Aber bei einer Anschaffung wie deinem Teich tät ich deinen Fischen etwas Gutes und den Teich entschlammen! Giftstoffe halten sich in einem stehenden Gewässer eben länger als in einem Gerinne.

Das Ausbaggern, wie es Zander01 beschreibt ist sicherlich eine sinnvolle Art deinen Teich zu säubern, birgt aber auch zwei Risiken.
1) Teiche dichten sich im Laufe der Jahre von selbst ab, d.h. sie geben kein Wasser in den Untergrund ab. Beginnst du zu baggern kann diese Dichtschicht zerstört werden und es dauert wieder einige Jahre bis der Grund dicht ist.
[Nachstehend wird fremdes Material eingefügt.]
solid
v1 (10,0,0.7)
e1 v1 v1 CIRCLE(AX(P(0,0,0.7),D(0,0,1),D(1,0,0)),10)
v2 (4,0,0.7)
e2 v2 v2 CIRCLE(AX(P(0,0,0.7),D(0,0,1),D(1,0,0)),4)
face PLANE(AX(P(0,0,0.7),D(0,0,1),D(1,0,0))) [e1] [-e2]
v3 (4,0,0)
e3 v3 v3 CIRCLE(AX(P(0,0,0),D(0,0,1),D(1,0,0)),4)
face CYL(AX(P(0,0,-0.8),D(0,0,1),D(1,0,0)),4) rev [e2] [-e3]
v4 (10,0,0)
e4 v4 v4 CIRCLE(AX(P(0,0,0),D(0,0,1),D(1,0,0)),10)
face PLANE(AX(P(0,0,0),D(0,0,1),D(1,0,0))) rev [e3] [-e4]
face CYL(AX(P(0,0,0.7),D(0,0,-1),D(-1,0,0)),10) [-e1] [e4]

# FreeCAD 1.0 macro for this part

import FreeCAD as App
import Part
import Sketcher
from FreeCAD import Vector

doc = App.newDocument("Part")
body = doc.addObject("PartDesign::Body", "Body")

# Sketch on XY plane
sketch1 = body.newObject("Sketcher::SketchObject", "Sketch")
sketch1.AttachmentSupport = (doc.getObject("XY_Plane"), [""])
sketch1.MapMode = "FlatFace"
sketch1.addGeometry(Part.Circle(Vector(0, 0, 0), Vector(0, 0, 1), 10), False)
sketch1.addConstraint([
    Sketcher.Constraint("Coincident", 0, 3, -1, 1),
    Sketcher.Constraint("Diameter", 0, 20.0),
])
pad1 = body.newObject("PartDesign::Pad", "Pad")
pad1.Profile = sketch1
pad1.Length = 0.7

# Sketch on XY plane
sketch2 = body.newObject("Sketcher::SketchObject", "Sketch001")
sketch2.AttachmentSupport = (doc.getObject("XY_Plane"), [""])
sketch2.MapMode = "FlatFace"
sketch2.AttachmentOffset = App.Placement(Vector(0, 0, 0.7), App.Rotation())
sketch2.addGeometry(Part.Circle(Vector(0, 0, 0), Vector(0, 0, 1), 4), False)
sketch2.addConstraint([
    Sketcher.Constraint("Coincident", 0, 3, -1, 1),
    Sketcher.Constraint("Diameter", 0, 8.0),
])
pocket1 = body.newObject("PartDesign::Pocket", "Pocket")
pocket1.Profile = sketch2
pocket1.Length = 1.5

doc.recompute()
Kannst du im Sommer, wenn der Wasserzufluss meistens etwas knapp wird, die Zuflussmenge nicht erhöhen wird sich dein Wasserstand im Teich verringern - das kann für deine Fische katastrophale Auswirkungen haben. Kommt natürlich auch immer auf die Menge die im Untergrund versickert darauf an - aber das weiß man eben vorher nicht! 

2) Dein Teich ist mit 2500m² Fläche ein eigenes Ökosystem. Angefangen von allen wichtigen Kleinstlebewesen bis hin zu Wasserpflanzen. Wenn du deinen Teich ausbaggerst zerstörtst du dieses System und es dauert wieder ein paar Jahre bis es sich erholt hat. Es kann sein, dass deine Fische, vorallem Jungfische, nicht wachsen und/oder krank werden. 

Ich stand bei meinem Teich vor einem ähnlichen Problem#c : Ich habe Kontakt mit der örtlichen Feuerwehr aufgenommen. Diese haben Schlammpumpen, die sie bei Hochwassereinsätzen zum Auspumpen der Keller verwenden. Ich stellte ein paar Kisten Bier zur Verfügung und schon wurde eine Feuerwehrübung bei mir durchgeführt. :q 

Den Teich musst du aber trotzdem ablassen, damit du soviel Schlamm als möglich aus dem Teich beförderst. Da nicht alles beim Ablassen des Teiches zur tiefsten Stelle gelangt kann der restliche Schlamm mit einem Feuerwehrschlauch Richtung Pumpe gespritzt werden.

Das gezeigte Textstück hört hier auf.